# PROVIDED RECORDS
^^^^^^^^^^^^^^^^

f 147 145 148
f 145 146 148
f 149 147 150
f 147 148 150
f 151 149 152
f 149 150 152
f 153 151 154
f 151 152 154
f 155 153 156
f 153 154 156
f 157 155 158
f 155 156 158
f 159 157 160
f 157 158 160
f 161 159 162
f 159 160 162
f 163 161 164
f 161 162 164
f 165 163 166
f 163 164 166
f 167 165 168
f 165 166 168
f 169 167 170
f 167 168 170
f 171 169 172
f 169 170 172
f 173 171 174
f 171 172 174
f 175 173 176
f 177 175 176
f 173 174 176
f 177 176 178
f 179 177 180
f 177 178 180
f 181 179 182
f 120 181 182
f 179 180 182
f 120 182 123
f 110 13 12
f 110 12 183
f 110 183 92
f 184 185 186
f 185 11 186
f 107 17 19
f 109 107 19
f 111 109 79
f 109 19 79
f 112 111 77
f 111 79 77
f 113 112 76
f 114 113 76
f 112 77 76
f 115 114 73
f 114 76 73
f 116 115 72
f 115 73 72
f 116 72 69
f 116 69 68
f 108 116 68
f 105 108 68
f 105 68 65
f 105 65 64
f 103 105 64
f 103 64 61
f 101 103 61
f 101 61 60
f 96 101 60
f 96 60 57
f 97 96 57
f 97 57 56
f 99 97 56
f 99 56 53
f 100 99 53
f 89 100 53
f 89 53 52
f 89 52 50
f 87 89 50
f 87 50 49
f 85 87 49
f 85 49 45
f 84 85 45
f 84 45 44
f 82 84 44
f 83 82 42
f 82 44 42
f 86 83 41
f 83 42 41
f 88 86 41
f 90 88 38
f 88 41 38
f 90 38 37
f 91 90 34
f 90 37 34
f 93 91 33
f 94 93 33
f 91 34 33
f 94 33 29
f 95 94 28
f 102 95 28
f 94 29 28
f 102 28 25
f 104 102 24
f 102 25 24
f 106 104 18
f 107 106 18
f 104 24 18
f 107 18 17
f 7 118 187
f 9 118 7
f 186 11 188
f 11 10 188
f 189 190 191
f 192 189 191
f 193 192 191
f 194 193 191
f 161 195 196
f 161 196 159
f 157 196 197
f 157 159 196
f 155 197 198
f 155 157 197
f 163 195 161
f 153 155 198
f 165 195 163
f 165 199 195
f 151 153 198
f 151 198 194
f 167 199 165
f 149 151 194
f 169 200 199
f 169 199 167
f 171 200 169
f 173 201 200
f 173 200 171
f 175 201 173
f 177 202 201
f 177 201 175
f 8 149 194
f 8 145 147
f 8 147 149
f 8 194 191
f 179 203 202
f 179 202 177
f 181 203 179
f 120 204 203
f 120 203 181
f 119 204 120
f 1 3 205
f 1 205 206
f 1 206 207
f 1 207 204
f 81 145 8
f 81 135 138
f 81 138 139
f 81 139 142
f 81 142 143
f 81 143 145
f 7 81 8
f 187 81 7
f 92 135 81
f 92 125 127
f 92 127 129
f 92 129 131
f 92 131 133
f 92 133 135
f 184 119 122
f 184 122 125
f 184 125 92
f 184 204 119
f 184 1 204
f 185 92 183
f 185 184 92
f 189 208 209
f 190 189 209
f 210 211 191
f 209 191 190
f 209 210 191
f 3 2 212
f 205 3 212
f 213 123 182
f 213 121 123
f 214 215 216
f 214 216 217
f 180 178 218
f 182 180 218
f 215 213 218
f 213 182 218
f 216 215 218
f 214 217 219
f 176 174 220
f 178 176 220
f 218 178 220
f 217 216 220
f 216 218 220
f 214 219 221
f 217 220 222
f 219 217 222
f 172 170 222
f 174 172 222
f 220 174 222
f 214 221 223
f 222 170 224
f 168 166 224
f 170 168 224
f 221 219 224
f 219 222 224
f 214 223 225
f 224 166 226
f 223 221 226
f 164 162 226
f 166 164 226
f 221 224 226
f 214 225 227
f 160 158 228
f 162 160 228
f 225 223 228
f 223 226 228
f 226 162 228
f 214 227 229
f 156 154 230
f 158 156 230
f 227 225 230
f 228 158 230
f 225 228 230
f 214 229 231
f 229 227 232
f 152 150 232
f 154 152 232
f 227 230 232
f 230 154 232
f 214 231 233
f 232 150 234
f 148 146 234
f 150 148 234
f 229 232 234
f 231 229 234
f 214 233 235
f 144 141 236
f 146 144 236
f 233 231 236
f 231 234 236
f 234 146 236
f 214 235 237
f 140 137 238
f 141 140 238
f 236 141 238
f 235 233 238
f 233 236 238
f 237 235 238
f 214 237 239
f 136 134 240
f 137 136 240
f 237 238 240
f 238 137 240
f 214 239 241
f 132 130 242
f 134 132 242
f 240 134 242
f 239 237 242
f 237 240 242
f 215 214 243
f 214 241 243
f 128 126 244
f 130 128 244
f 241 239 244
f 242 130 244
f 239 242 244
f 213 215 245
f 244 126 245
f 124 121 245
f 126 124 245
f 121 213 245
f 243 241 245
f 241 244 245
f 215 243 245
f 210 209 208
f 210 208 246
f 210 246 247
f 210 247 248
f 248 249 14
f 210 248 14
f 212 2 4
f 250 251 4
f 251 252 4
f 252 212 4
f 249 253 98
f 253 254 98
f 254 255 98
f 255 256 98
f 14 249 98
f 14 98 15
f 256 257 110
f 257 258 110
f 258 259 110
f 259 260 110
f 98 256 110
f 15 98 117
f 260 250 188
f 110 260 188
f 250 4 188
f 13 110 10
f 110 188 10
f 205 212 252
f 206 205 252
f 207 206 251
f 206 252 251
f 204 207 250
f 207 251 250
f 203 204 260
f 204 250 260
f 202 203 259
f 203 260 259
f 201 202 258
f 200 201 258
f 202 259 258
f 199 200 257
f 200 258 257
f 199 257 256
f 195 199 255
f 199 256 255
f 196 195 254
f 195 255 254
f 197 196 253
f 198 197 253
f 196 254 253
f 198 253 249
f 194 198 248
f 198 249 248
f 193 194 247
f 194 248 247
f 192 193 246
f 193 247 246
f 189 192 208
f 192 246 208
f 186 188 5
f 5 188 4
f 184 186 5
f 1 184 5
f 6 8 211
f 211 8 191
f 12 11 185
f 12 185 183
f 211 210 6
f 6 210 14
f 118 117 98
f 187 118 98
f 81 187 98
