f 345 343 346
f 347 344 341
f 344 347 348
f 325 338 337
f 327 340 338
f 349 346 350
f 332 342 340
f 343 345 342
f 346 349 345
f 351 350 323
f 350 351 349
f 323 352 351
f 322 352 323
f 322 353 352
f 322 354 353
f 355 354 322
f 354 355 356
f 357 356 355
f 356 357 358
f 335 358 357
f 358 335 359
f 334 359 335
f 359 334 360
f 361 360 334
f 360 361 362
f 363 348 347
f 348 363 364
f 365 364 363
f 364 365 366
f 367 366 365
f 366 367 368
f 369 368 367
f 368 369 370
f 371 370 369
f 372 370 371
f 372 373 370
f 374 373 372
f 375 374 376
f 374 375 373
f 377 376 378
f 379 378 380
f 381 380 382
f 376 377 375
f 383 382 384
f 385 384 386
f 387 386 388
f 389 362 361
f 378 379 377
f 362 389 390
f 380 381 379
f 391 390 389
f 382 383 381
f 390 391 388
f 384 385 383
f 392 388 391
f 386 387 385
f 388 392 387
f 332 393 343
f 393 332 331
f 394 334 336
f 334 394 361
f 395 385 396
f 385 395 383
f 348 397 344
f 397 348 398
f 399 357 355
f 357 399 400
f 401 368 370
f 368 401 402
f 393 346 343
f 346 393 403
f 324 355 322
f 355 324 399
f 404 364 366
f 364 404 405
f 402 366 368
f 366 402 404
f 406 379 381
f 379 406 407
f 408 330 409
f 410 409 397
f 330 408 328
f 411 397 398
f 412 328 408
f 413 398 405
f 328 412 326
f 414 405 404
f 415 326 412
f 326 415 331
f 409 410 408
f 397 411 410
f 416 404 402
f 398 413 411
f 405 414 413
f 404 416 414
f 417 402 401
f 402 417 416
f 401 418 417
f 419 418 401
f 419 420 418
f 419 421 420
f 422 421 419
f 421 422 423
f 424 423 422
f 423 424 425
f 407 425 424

^^^^^^^^^^^^^^^^

Begin with the top line of the material and go as far as the line with "f 161 162 164". Set down those lines exactly, both ends included, and nothing more.

f 147 145 148
f 145 146 148
f 149 147 150
f 147 148 150
f 151 149 152
f 149 150 152
f 153 151 154
f 151 152 154
f 155 153 156
f 153 154 156
f 157 155 158
f 155 156 158
f 159 157 160
f 157 158 160
f 161 159 162
f 159 160 162
f 163 161 164
f 161 162 164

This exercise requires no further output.